Leakage is evident in Al Rayyan Field, Qatar, where the upper Arab anhydrite, the intra “C” anhydrite, and the intra “D” anhydrite of the Arab Formation do not form effective seals; only the Hith acts as a regional seal for the field (Brown and Loucks, 2001; Clark et al., 2003). The intra “C” and intra “D” beds are interpreted as depositionally discontinuous with relatively high dolomite contents. This reflects original shoalwater carbonate deposition in the cycle capstones, which were deposited as thinned, and perhaps pinched-out, evaporitic mudflats onlapping the carbonate shoal reservoir. Likewise, the intra “C” sabkha unit, with its higher fraction of intercalated porous dolomite intrabeds, promotes seal failure via fracturing and faulting. The discontinuous salina deposits in the intra “D” anhydrite also lack sufficient lateral continuity to form an effective seal over the structure. Brown and Loucks (op. cit.) found that the primary cause of seal failure in the thin, upper anhydrite is fault offset, whereby fault throw exceeds seal thickness. The high fraction of brittle dolomite in these anhydrite intrabeds results in more extensive seal damage zones, allowing greater potential for along-fault leakage. In contrast, where fault throw in the field does not exceed the thickness of the Hith, nor the thickness of the middle, and lower anhydrites in the Arab cycles in the field, the evaporites capping the various intra-Arab cycles remain as intact seals. Faults intersecting these beds also cause less structural (brittle fracture) damage due to the higher anhydrite fractions of the beds, so that along-fault leakage from connected intrasalt beds is minimal.

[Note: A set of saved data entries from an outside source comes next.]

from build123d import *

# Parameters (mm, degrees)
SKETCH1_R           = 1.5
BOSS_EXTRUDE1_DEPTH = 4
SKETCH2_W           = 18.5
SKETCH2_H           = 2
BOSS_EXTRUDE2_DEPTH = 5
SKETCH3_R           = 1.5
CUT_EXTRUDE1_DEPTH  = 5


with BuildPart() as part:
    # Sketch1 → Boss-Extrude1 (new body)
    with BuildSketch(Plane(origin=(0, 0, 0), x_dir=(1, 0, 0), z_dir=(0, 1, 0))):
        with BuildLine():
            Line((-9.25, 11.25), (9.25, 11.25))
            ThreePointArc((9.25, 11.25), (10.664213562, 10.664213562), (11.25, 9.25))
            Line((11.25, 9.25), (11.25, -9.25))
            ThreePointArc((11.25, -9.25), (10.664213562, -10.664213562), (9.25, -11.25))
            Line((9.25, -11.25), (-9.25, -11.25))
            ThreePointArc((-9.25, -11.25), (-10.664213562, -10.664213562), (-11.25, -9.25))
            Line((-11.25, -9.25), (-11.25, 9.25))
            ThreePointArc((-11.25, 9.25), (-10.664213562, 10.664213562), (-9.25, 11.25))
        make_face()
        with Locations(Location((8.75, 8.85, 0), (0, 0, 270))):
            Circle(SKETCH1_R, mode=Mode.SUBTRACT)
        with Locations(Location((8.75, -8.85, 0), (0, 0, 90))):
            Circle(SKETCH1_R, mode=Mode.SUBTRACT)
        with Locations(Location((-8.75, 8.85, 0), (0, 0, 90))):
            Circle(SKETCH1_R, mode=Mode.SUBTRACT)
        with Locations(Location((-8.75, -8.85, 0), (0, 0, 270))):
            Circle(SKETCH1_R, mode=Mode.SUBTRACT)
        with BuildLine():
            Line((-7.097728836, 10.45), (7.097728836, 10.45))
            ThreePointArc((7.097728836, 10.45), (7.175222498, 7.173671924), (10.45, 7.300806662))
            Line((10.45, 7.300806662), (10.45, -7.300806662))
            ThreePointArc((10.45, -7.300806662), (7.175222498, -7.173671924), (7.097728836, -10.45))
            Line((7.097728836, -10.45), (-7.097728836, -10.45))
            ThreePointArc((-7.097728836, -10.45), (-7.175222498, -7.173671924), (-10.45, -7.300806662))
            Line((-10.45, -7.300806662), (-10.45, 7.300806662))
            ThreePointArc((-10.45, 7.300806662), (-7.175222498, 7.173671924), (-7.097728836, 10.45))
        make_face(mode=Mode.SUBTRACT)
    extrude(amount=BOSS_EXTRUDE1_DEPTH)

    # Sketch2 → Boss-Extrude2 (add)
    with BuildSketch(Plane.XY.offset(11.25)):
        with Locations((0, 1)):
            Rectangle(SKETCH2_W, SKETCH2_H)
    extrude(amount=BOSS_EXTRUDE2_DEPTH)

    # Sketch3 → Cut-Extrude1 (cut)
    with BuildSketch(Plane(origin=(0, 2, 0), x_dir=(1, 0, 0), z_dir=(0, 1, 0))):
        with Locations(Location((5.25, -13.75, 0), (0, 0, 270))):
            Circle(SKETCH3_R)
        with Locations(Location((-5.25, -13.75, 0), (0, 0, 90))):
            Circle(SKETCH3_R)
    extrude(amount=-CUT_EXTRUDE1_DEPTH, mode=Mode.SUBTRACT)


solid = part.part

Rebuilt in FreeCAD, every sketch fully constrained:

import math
import FreeCAD as App
import Part
import Sketcher

V = App.Vector

doc = App.newDocument("Part")
body = doc.addObject("PartDesign::Body", "Body")

# Sketch on XZ plane
sketch1 = doc.addObject("Sketcher::SketchObject", "Sketch")
body.addObject(sketch1)
sketch1.AttachmentSupport = (doc.XZ_Plane, [""])
sketch1.MapMode = "FlatFace"
sketch1.addGeometry([
    Part.LineSegment(V(9.2, -11.2, 0), V(-9.2, -11.2, 0)),  # 0
    Part.ArcOfCircle(Part.Circle(V(-9.2, -9.2, 0), V(0, 0, 1), 2), math.radians(-180), math.radians(-90)),  # 1
    Part.LineSegment(V(-11.2, -9.2, 0), V(-11.2, 9.2, 0)),  # 2
    Part.ArcOfCircle(Part.Circle(V(-9.2, 9.2, 0), V(0, 0, 1), 2), math.radians(90), math.radians(180)),  # 3
    Part.LineSegment(V(-9.2, 11.2, 0), V(9.2, 11.2, 0)),  # 4
    Part.ArcOfCircle(Part.Circle(V(9.2, 9.2, 0), V(0, 0, 1), 2), math.radians(0), math.radians(90)),  # 5
    Part.LineSegment(V(11.2, 9.2, 0), V(11.2, -9.2, 0)),  # 6
    Part.ArcOfCircle(Part.Circle(V(9.2, -9.2, 0), V(0, 0, 1), 2), math.radians(-90), math.radians(0)),  # 7
    Part.Circle(V(8.8, 8.8, 0), V(0, 0, 1), 1.5),  # 8
    Part.LineSegment(V(-7.1, -10.4, 0), V(7.1, -10.4, 0)),  # 9
    Part.ArcOfCircle(Part.Circle(V(8.8, -8.8, 0), V(0, 0, 1), 2.3), math.radians(42), math.radians(224)),  # 10
    Part.LineSegment(V(10.4, -7.3, 0), V(10.4, 7.3, 0)),  # 11
    Part.ArcOfCircle(Part.Circle(V(8.8, 8.8, 0), V(0, 0, 1), 2.3), math.radians(136), math.radians(318)),  # 12
    Part.LineSegment(V(7.1, 10.4, 0), V(-7.1, 10.4, 0)),  # 13
    Part.ArcOfCircle(Part.Circle(V(-8.8, 8.8, 0), V(0, 0, 1), 2.3), math.radians(-138), math.radians(44)),  # 14
    Part.LineSegment(V(-10.4, 7.3, 0), V(-10.4, -7.3, 0)),  # 15
    Part.ArcOfCircle(Part.Circle(V(-8.8, -8.8, 0), V(0, 0, 1), 2.3), math.radians(-44), math.radians(138)),  # 16
    Part.Circle(V(-8.8, 8.8, 0), V(0, 0, 1), 1.5),  # 17
    Part.Circle(V(8.8, -8.8, 0), V(0, 0, 1), 1.5),  # 18
    Part.Circle(V(-8.8, -8.8, 0), V(0, 0, 1), 1.5),  # 19
], False)
sketch1.addConstraint([
    Sketcher.Constraint("Tangent", 0, 2, 1, 2),
    Sketcher.Constraint("Tangent", 1, 1, 2, 1),
    Sketcher.Constraint("Tangent", 2, 2, 3, 2),
    Sketcher.Constraint("Tangent", 3, 1, 4, 1),
    Sketcher.Constraint("Tangent", 4, 2, 5, 2),
    Sketcher.Constraint("Tangent", 5, 1, 6, 1),
    Sketcher.Constraint("Tangent", 6, 2, 7, 2),
    Sketcher.Constraint("Tangent", 7, 1, 0, 1),
    Sketcher.Constraint("Coincident", 9, 2, 10, 2),
    Sketcher.Constraint("Coincident", 10, 1, 11, 1),
    Sketcher.Constraint("Coincident", 11, 2, 12, 2),
    Sketcher.Constraint("Coincident", 12, 1, 13, 1),
    Sketcher.Constraint("Coincident", 13, 2, 14, 2),
    Sketcher.Constraint("Coincident", 14, 1, 15, 1),
    Sketcher.Constraint("Coincident", 15, 2, 16, 2),
    Sketcher.Constraint("Coincident", 16, 1, 9, 1),
    Sketcher.Constraint("Horizontal", 0),
    Sketcher.Constraint("Vertical", 2),
    Sketcher.Constraint("Horizontal", 4),
    Sketcher.Constraint("Vertical", 6),
    Sketcher.Constraint("Horizontal", 9),
    Sketcher.Constraint("Vertical", 11),
    Sketcher.Constraint("Horizontal", 13),
    Sketcher.Constraint("Vertical", 15),
    Sketcher.Constraint("Coincident", 12, 3, 8, 3),
    Sketcher.Constraint("Coincident", 17, 3, 14, 3),
    Sketcher.Constraint("Coincident", 18, 3, 10, 3),
    Sketcher.Constraint("Coincident", 19, 3, 16, 3),
    Sketcher.Constraint("Equal", 1, 3),
    Sketcher.Constraint("Equal", 3, 5),
    Sketcher.Constraint("Equal", 5, 7),
    Sketcher.Constraint("Equal", 10, 12),
    Sketcher.Constraint("Equal", 12, 14),
    Sketcher.Constraint("Equal", 14, 16),
    Sketcher.Constraint("Equal", 8, 17),
    Sketcher.Constraint("Equal", 17, 18),
    Sketcher.Constraint("Equal", 18, 19),
    Sketcher.Constraint("Symmetric", 1, 3, 5, 3, -1, 1),
    Sketcher.Constraint("Symmetric", 10, 3, 14, 3, -1, 1),
    Sketcher.Constraint("Symmetric", 8, 3, 16, 3, -1, 1),
    Sketcher.Constraint("Symmetric", 8, 3, 14, 3, -2),
    Sketcher.Constraint("Horizontal", 11, 2, 14, 1),
    Sketcher.Constraint("Vertical", 9, 2, 12, 1),
    Sketcher.Constraint("Equal", 4, 2),
    Sketcher.Constraint("Diameter", 8, 3.0),
    Sketcher.Constraint("Radius", 1, 2.0),
    Sketcher.Constraint("Radius", 10, 2.3),
    Sketcher.Constraint("DistanceX", 0, 2, 0, 1, 18.5),
    Sketcher.Constraint("DistanceX", 3, 3, 8, 3, 18.0),
    Sketcher.Constraint("DistanceY", 8, 3, 5, 3, 0.4),
    Sketcher.Constraint("DistanceY", 7, 1, 9, 2, 0.8),
    Sketcher.Constraint("DistanceX", 10, 1, 6, 2, 0.8),
])
pad1 = doc.addObject("PartDesign::Pad", "Pad")
body.addObject(pad1)
pad1.Profile = sketch1
pad1.Length = 4
pad1.Reversed = True

# Sketch on XY plane
sketch2 = doc.addObject("Sketcher::SketchObject", "Sketch001")
body.addObject(sketch2)
sketch2.AttachmentSupport = (doc.XY_Plane, [""])
sketch2.MapMode = "FlatFace"
sketch2.AttachmentOffset = App.Placement(V(0, 0, 11.25), App.Rotation())
sketch2.addGeometry([
    Part.LineSegment(V(-9.2, 2, 0), V(-9.2, 0, 0)),
    Part.LineSegment(V(-9.2, 0, 0), V(9.2, 0, 0)),
    Part.LineSegment(V(9.2, 0, 0), V(9.2, 2, 0)),
    Part.LineSegment(V(9.2, 2, 0), V(-9.2, 2, 0)),
], False)
sketch2.addConstraint([
    Sketcher.Constraint("Coincident", 0, 2, 1, 1),
    Sketcher.Constraint("Coincident", 1, 2, 2, 1),
    Sketcher.Constraint("Coincident", 2, 2, 3, 1),
    Sketcher.Constraint("Coincident", 3, 2, 0, 1),
    Sketcher.Constraint("Vertical", 0),
    Sketcher.Constraint("Horizontal", 1),
    Sketcher.Constraint("Vertical", 2),
    Sketcher.Constraint("Horizontal", 3),
    Sketcher.Constraint("Symmetric", 0, 2, 1, 2, -1, 1),
    Sketcher.Constraint("DistanceY", 0, 2, 0, 1, 2.0),
    Sketcher.Constraint("DistanceX", 1, 1, 1, 2, 18.5),
])
pad2 = doc.addObject("PartDesign::Pad", "Pad001")
body.addObject(pad2)
pad2.Profile = sketch2
pad2.Length = 5

# Sketch on XZ plane
sketch3 = doc.addObject("Sketcher::SketchObject", "Sketch002")
body.addObject(sketch3)
sketch3.AttachmentSupport = (doc.XZ_Plane, [""])
sketch3.MapMode = "FlatFace"
sketch3.AttachmentOffset = App.Placement(V(0, 0, -2), App.Rotation())
sketch3.addGeometry([
    Part.Circle(V(5.2, 13.8, 0), V(0, 0, 1), 1.5),
    Part.Circle(V(-5.2, 13.8, 0), V(0, 0, 1), 1.5),
], False)
sketch3.addConstraint([
    Sketcher.Constraint("Equal", 0, 1),
    Sketcher.Constraint("Symmetric", 0, 3, 1, 3, -2),
    Sketcher.Constraint("Diameter", 0, 3.0),
    Sketcher.Constraint("DistanceX", 1, 3, 0, 3, 10.5),
    Sketcher.Constraint("DistanceY", -1, 1, 0, 3, 13.75),
])
pocket1 = doc.addObject("PartDesign::Pocket", "Pocket")
body.addObject(pocket1)
pocket1.Profile = sketch3
pocket1.Length = 5
pocket1.Reversed = True

doc.recompute()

Hydrocarbon migration and trapping in the south Oman salt basin, with its subsalt Neoproterozoic Huqf source rock, is strongly controlled by the continuity of the Neoproterozoic Ara Salt. In the centre of the basin, where thick Ara salt is still present, there is an additional substantial volume of bituminous oil still trapped in intrasalt organic-rich Ara carbonate and siliceous stringers of the salt sealed Athel silicilyte (Schoenherr et al., 2007b; Ramseyer et al., 2013). In the updip peripheral syncline along the east flank, salt dissolution controls structural style and trap formation (Heward, 1990), with the retreat of the salt edge the main factor in charge timing (Figure B; Terken et al., 2001). Traps in Palaeozoic clastics in the eastern basin margin were initially formed by halokinetic structuring in the Paleozoic, and subsequently filled by salt dissolution breaches driving dissolution drape and oil emplacement.

The subsalt Neoproterozoic Hufq source rock began to generate oil in the middle of the Cretaceous, and the retreat of the salt’s dissolution edge can be mapped in the successive fillings of the various fields that define the productive eastern margin of the basin. As a result of the westward retreat of the dissolving salt edge through time, traps get progressively younger toward the basin centre (Figure B). Salt dissolution has today removed most of the salt along the east flank of the South Oman salt basin, and its timely removal is mostly responsible for the present-day hydrocarbon-filled structures. Oil accumulations mimic a negative image of the salt structures first formed during the earlier halokinetic stage as early salt withdrawal basins then became inverted into oil-bearing turtle structures. Anticlines resulted from the drape of strata over Haima and Al Khalata turtle structures and drape over deeper laterally discontinuous siliceous and carbonate stringers floating in the Ara Salt. Where salt dissolution occurred, formerly salt-encased stringers leaked and became the grounded remnants that now form chaotic solution residue horizons both in outcrop and in the subsurface (Terken et al., 2001; Peters et al., 2003).